> **INFORMATION**:

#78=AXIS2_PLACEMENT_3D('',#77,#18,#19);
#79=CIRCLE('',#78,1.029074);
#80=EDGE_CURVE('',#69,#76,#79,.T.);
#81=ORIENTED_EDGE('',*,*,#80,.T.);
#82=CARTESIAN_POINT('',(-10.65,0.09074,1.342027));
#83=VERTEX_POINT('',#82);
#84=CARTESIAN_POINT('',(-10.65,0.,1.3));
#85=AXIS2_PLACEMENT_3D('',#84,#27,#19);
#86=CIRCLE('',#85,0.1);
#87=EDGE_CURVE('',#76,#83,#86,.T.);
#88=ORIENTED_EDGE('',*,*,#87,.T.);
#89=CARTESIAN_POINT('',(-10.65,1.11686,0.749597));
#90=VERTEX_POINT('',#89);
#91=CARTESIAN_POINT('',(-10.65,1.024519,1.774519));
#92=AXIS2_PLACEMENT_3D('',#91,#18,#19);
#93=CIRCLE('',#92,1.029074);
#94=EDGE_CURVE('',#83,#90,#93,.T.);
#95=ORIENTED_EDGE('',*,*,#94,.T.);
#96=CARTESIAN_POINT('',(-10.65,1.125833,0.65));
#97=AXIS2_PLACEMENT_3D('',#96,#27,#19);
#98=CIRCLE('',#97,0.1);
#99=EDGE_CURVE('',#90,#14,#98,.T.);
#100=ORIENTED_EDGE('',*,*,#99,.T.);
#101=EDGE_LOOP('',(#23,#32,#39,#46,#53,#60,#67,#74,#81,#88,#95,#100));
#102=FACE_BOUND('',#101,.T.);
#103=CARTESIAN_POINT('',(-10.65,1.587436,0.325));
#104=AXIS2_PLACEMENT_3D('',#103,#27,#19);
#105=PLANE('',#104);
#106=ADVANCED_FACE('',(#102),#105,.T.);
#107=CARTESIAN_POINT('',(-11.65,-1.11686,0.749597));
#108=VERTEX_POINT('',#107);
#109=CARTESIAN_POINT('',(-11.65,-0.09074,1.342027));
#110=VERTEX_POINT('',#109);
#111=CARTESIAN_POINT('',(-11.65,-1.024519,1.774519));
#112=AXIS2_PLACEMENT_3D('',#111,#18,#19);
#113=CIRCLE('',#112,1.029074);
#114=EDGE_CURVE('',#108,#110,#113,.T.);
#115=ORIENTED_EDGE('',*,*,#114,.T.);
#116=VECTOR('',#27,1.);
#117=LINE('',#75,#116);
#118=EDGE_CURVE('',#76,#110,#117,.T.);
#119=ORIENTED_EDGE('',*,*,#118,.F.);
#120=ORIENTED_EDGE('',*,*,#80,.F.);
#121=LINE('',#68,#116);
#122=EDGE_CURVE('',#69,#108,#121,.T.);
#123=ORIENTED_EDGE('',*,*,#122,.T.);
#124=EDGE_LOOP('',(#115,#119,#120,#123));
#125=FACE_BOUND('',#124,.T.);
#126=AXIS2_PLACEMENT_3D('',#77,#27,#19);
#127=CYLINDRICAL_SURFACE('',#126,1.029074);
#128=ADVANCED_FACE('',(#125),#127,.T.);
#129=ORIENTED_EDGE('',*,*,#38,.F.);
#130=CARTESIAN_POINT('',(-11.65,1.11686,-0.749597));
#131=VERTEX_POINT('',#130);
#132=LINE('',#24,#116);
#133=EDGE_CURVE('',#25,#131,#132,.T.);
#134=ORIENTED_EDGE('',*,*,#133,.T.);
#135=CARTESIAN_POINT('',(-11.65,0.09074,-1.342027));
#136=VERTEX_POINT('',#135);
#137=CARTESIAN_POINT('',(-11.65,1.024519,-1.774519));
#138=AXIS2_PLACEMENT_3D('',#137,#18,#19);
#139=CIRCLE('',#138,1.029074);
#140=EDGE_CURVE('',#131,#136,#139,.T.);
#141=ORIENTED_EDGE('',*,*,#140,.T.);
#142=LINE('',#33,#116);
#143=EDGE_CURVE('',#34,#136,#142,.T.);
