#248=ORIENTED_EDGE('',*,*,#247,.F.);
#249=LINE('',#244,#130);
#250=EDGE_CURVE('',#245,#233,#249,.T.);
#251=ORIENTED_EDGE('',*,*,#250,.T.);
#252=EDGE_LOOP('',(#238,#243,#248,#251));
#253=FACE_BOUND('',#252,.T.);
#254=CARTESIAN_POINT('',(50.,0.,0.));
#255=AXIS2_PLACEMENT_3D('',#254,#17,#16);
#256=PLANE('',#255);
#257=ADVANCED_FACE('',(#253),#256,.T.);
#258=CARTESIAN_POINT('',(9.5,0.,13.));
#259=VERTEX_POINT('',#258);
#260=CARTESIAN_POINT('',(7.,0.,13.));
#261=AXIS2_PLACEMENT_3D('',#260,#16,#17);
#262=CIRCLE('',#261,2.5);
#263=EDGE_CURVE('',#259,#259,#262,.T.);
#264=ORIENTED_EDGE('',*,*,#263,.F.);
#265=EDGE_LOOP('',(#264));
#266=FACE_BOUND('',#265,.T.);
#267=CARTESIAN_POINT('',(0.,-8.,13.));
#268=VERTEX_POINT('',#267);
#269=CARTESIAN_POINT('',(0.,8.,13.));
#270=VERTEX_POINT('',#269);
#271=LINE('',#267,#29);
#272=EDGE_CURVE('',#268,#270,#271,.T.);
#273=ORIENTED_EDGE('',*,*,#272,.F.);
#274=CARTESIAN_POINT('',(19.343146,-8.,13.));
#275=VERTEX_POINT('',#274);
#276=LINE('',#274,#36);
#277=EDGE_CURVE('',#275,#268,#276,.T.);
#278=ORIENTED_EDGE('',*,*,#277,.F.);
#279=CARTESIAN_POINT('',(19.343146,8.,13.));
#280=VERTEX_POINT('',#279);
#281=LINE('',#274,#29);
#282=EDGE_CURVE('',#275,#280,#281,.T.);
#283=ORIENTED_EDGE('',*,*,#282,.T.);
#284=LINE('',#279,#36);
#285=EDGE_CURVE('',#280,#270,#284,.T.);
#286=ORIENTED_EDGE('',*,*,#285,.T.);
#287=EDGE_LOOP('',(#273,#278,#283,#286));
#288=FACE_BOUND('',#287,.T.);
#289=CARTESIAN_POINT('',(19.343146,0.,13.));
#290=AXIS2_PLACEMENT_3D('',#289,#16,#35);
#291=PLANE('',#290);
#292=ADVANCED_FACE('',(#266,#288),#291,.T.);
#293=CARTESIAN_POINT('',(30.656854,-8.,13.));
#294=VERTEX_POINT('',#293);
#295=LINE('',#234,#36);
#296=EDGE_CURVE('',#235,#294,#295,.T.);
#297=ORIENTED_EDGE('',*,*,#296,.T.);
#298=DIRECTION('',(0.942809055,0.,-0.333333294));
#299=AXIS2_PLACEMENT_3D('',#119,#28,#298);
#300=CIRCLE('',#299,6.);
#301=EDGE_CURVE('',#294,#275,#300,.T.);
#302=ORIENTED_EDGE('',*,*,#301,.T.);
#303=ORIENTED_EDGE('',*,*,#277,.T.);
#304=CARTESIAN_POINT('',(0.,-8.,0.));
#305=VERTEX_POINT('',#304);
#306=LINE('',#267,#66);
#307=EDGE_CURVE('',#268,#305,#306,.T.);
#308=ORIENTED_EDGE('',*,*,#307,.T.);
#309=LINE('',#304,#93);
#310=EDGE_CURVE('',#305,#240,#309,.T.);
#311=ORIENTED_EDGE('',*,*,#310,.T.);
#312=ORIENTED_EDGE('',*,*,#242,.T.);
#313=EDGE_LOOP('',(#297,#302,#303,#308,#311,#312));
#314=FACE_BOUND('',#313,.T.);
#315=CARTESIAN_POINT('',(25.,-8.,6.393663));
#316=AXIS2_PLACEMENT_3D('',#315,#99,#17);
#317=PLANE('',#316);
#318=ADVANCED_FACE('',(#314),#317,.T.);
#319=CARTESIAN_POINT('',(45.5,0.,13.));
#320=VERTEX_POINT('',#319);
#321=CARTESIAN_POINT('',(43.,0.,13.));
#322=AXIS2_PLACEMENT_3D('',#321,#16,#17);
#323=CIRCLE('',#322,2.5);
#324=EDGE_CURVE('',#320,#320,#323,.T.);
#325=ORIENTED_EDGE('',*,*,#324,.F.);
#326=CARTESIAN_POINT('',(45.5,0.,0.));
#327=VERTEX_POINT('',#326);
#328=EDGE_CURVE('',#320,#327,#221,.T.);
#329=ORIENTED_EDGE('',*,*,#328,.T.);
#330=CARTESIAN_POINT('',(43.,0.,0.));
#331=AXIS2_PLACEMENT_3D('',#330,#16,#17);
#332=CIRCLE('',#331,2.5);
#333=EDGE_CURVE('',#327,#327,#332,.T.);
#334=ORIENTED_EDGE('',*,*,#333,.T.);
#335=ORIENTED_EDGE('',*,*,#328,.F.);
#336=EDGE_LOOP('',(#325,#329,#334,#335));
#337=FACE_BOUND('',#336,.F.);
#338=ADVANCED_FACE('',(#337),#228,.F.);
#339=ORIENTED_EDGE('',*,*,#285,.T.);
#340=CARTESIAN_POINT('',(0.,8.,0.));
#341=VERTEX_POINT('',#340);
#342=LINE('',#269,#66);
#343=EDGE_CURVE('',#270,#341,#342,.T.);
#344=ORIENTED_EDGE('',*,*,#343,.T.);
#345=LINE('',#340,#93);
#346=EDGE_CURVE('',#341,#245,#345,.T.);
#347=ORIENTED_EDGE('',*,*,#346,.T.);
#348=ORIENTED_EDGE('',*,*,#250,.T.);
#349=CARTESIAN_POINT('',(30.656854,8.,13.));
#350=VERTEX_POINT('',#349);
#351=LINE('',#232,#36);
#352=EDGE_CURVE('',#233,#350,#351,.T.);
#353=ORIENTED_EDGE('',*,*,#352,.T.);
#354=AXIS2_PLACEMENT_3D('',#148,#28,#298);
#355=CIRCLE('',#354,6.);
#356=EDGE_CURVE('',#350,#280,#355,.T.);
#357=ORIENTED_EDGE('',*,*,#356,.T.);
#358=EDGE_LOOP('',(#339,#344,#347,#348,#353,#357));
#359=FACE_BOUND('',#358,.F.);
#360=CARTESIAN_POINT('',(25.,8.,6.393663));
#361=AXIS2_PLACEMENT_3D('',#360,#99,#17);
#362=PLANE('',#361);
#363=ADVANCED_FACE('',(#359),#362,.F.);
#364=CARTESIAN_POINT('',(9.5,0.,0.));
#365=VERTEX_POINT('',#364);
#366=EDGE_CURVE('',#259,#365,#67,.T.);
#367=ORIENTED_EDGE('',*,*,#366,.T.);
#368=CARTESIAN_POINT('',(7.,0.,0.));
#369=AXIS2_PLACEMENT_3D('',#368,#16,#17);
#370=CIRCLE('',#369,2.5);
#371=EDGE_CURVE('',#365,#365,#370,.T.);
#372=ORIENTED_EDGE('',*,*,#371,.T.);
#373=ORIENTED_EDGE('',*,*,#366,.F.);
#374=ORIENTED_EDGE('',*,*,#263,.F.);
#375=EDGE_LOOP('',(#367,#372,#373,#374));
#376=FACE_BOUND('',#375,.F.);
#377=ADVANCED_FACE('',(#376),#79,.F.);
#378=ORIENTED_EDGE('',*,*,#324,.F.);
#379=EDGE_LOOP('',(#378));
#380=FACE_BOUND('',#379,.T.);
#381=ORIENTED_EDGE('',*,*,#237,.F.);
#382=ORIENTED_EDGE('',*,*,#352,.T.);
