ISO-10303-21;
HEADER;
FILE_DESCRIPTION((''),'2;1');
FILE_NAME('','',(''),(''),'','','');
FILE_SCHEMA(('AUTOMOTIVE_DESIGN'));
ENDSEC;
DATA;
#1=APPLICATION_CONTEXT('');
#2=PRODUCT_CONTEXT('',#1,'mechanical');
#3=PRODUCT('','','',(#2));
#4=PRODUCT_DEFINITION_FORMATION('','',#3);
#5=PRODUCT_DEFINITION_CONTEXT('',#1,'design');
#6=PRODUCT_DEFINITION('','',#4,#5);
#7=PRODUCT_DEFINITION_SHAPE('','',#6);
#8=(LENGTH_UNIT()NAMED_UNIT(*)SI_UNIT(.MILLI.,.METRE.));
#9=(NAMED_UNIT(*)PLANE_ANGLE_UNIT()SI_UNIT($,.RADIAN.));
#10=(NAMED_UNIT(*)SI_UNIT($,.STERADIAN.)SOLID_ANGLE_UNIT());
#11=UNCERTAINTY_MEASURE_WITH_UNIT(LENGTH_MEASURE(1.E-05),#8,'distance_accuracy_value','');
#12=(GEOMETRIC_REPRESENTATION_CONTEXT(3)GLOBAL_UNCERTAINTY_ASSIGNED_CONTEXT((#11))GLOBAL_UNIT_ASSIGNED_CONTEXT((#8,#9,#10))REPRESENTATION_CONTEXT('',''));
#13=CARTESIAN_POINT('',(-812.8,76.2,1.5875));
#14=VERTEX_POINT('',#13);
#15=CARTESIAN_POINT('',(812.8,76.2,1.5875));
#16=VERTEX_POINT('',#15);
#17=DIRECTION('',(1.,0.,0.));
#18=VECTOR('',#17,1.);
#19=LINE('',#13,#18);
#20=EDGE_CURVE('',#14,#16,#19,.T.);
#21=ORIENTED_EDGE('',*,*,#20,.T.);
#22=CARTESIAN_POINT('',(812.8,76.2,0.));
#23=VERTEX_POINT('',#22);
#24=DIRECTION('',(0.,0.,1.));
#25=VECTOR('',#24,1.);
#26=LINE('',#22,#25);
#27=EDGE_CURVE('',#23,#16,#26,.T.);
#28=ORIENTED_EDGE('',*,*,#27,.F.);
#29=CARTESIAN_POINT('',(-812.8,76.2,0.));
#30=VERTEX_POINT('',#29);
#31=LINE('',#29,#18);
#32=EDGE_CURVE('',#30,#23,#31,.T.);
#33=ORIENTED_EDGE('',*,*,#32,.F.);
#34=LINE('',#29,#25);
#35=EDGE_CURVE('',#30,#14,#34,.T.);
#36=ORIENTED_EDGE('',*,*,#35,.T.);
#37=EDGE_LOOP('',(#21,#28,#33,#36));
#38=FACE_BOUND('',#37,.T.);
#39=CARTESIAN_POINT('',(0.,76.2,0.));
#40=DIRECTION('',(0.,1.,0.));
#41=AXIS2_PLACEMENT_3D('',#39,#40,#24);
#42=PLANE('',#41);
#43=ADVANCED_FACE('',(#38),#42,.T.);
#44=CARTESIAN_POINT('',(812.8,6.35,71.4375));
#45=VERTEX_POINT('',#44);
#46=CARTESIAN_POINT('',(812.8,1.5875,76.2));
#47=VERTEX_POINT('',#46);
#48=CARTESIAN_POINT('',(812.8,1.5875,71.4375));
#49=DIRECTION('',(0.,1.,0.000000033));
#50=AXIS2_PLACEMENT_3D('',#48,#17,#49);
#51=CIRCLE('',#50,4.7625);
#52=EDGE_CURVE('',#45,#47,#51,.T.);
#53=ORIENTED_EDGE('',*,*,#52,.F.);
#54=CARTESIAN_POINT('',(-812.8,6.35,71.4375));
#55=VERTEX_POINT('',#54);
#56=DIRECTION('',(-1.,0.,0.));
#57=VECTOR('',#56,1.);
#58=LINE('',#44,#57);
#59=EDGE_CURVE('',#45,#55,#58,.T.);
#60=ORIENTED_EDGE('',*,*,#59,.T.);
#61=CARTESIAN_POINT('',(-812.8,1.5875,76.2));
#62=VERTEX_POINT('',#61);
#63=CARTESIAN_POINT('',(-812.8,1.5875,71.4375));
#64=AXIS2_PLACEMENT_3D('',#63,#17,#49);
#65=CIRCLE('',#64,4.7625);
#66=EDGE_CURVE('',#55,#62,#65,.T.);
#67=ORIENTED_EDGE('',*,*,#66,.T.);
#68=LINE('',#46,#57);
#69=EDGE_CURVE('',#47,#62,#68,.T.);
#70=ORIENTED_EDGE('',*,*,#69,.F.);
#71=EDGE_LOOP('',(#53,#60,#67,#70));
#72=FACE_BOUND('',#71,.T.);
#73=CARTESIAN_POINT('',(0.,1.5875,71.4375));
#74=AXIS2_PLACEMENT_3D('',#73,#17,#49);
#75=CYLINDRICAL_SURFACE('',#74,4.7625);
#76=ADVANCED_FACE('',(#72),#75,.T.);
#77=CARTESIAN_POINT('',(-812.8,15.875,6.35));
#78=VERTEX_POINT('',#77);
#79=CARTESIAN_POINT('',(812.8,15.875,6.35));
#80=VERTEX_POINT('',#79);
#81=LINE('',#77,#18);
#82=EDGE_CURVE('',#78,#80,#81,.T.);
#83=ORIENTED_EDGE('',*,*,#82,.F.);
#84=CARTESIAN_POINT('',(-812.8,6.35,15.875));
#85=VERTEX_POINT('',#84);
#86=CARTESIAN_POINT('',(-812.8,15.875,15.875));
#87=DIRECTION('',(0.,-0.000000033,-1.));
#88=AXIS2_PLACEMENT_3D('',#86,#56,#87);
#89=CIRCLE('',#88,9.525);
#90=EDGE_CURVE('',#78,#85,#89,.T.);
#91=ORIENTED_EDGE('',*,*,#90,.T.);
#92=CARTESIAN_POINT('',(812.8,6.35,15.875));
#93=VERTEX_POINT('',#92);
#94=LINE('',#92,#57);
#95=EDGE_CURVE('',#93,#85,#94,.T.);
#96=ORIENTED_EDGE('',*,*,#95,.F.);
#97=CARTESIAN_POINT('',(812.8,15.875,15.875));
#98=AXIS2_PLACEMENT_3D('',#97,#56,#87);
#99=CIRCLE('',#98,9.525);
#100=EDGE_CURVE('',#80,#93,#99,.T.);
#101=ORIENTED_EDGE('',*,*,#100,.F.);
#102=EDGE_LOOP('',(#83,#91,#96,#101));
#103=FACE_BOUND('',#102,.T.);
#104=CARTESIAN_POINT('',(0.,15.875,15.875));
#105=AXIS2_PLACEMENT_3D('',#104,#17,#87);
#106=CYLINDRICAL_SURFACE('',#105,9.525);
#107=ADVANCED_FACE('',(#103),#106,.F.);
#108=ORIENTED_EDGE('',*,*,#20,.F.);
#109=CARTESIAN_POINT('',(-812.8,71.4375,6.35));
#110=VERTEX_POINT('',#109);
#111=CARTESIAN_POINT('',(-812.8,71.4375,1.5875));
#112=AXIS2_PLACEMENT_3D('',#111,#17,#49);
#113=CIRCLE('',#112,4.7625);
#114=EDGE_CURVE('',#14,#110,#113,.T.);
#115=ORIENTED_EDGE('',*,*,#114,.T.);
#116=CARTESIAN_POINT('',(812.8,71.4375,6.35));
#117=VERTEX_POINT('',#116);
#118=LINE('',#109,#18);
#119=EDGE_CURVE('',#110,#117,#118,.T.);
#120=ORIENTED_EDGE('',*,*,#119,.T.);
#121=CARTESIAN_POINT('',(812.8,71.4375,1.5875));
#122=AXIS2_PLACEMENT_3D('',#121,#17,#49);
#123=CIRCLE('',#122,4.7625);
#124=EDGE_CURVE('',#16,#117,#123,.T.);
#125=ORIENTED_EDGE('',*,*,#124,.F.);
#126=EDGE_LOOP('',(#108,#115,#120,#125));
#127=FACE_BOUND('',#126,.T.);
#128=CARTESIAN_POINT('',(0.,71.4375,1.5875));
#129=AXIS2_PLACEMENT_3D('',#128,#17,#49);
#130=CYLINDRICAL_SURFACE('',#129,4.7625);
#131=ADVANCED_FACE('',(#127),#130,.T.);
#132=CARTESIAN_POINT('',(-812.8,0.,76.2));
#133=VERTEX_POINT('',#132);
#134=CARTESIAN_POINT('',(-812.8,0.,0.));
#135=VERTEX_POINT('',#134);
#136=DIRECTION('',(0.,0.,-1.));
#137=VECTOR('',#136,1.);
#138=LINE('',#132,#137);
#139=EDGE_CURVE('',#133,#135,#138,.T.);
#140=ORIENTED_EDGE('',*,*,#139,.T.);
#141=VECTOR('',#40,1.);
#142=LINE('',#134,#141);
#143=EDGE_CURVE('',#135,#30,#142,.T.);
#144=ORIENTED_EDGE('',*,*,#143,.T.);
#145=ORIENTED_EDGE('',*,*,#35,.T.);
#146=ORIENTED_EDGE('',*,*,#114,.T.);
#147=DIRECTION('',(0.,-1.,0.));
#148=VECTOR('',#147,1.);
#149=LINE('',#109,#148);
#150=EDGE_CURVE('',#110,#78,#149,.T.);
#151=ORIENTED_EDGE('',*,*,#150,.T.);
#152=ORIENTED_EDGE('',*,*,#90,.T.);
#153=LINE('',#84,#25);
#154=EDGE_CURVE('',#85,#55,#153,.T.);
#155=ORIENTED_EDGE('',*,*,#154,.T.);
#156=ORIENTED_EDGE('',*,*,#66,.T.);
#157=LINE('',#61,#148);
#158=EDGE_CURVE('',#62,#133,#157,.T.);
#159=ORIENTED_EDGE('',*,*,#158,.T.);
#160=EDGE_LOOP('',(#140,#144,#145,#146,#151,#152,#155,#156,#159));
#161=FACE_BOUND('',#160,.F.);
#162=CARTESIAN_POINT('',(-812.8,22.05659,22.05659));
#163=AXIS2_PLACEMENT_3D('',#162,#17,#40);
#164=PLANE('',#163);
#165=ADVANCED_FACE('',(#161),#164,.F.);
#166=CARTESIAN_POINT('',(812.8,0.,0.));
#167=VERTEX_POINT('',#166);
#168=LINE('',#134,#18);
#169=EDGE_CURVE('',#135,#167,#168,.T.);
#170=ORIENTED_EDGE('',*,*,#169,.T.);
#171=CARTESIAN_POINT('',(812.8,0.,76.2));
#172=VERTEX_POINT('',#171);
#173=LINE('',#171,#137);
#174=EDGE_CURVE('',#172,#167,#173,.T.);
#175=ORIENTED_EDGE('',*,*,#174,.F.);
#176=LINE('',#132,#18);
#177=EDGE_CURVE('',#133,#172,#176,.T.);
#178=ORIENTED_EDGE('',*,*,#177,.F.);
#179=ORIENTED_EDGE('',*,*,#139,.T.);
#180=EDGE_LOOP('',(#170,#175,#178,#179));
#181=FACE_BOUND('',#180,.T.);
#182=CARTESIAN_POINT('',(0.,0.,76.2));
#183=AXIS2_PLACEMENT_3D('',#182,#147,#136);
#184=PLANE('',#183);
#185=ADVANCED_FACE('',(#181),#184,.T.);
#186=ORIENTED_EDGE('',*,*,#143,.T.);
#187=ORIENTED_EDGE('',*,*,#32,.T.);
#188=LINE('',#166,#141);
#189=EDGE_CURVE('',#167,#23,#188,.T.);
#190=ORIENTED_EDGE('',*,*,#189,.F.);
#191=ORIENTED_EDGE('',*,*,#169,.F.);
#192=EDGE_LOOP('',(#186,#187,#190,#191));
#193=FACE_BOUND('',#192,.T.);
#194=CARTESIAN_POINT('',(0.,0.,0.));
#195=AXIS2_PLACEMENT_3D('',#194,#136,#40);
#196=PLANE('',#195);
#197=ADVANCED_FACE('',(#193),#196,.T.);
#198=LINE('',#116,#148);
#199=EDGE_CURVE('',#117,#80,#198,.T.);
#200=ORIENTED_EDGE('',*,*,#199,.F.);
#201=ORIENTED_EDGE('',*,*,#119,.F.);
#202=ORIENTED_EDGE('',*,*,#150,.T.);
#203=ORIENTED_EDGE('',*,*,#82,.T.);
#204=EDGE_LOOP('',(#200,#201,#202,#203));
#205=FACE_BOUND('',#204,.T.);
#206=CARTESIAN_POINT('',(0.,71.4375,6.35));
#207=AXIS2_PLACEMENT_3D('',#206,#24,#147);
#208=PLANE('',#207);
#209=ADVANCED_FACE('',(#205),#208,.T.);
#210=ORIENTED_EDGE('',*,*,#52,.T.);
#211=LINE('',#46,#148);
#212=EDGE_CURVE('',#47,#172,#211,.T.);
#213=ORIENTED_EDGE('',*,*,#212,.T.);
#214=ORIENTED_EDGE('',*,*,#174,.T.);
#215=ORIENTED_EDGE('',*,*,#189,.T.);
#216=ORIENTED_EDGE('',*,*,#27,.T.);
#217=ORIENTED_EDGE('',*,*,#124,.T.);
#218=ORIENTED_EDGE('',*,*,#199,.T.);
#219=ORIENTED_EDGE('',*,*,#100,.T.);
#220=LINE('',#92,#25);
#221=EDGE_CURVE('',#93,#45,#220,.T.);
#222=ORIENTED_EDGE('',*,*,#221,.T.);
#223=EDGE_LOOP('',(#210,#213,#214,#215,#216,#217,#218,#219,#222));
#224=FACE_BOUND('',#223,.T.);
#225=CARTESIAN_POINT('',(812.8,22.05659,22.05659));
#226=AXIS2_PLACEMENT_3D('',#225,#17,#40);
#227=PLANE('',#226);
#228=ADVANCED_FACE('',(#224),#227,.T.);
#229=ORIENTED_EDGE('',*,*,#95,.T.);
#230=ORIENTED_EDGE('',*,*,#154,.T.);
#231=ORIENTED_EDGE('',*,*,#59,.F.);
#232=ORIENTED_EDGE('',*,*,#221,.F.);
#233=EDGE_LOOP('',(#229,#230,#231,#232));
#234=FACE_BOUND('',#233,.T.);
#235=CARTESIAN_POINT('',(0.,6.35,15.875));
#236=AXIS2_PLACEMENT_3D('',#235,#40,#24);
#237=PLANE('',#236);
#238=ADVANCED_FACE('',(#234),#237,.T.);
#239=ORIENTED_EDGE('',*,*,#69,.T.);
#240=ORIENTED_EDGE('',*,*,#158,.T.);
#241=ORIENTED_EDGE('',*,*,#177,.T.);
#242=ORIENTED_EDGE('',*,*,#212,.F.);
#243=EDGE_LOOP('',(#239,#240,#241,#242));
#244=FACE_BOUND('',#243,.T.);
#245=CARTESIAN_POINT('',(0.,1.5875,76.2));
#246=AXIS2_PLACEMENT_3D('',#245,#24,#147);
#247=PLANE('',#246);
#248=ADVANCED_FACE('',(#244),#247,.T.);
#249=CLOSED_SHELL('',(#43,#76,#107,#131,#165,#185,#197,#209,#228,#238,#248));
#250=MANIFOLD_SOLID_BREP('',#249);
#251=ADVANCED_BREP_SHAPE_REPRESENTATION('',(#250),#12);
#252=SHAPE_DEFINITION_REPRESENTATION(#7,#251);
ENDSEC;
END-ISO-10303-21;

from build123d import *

# Parameters (mm, degrees)
F1_DEPTH = 812.8


with BuildPart() as f1:
    # F0 (on Right) → F1 (new body, symmetric)
    with BuildSketch(Plane.YZ):
        with BuildLine():
            Line((1.5875, 76.2), (0, 76.2))
            Line((0, 76.2), (0, 0))
            Line((0, 0), (76.2, 0))
            Line((76.2, 0), (76.2, 1.5875))
            ThreePointArc((76.2, 1.5875), (74.805096, 4.955096), (71.4375, 6.35))
            Line((71.4375, 6.35), (15.875, 6.35))
            ThreePointArc((15.875, 6.35), (9.139808, 9.139808), (6.35, 15.875))
            Line((6.35, 15.875), (6.35, 71.4375))
            ThreePointArc((6.35, 71.4375), (4.955096, 74.805096), (1.5875, 76.2))
        make_face()
    extrude(amount=F1_DEPTH, both=True)


solid = f1.part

> **AIM OF THE TASK**: Please, from the entries above, set down exactly the lines from the one containing "#118=EDGE_CURVE('',#76,#110,#117,.T.);" through the one containing "#132=LINE('',#24,#116);", and only those.

> **WRITTEN REPLY**:
#118=EDGE_CURVE('',#76,#110,#117,.T.);
#119=ORIENTED_EDGE('',*,*,#118,.F.);
#120=ORIENTED_EDGE('',*,*,#80,.F.);
#121=LINE('',#68,#116);
#122=EDGE_CURVE('',#69,#108,#121,.T.);
#123=ORIENTED_EDGE('',*,*,#122,.T.);
#124=EDGE_LOOP('',(#115,#119,#120,#123));
#125=FACE_BOUND('',#124,.T.);
#126=AXIS2_PLACEMENT_3D('',#77,#27,#19);
#127=CYLINDRICAL_SURFACE('',#126,1.029074);
#128=ADVANCED_FACE('',(#125),#127,.T.);
#129=ORIENTED_EDGE('',*,*,#38,.F.);
#130=CARTESIAN_POINT('',(-11.65,1.11686,-0.749597));
#131=VERTEX_POINT('',#130);
#132=LINE('',#24,#116);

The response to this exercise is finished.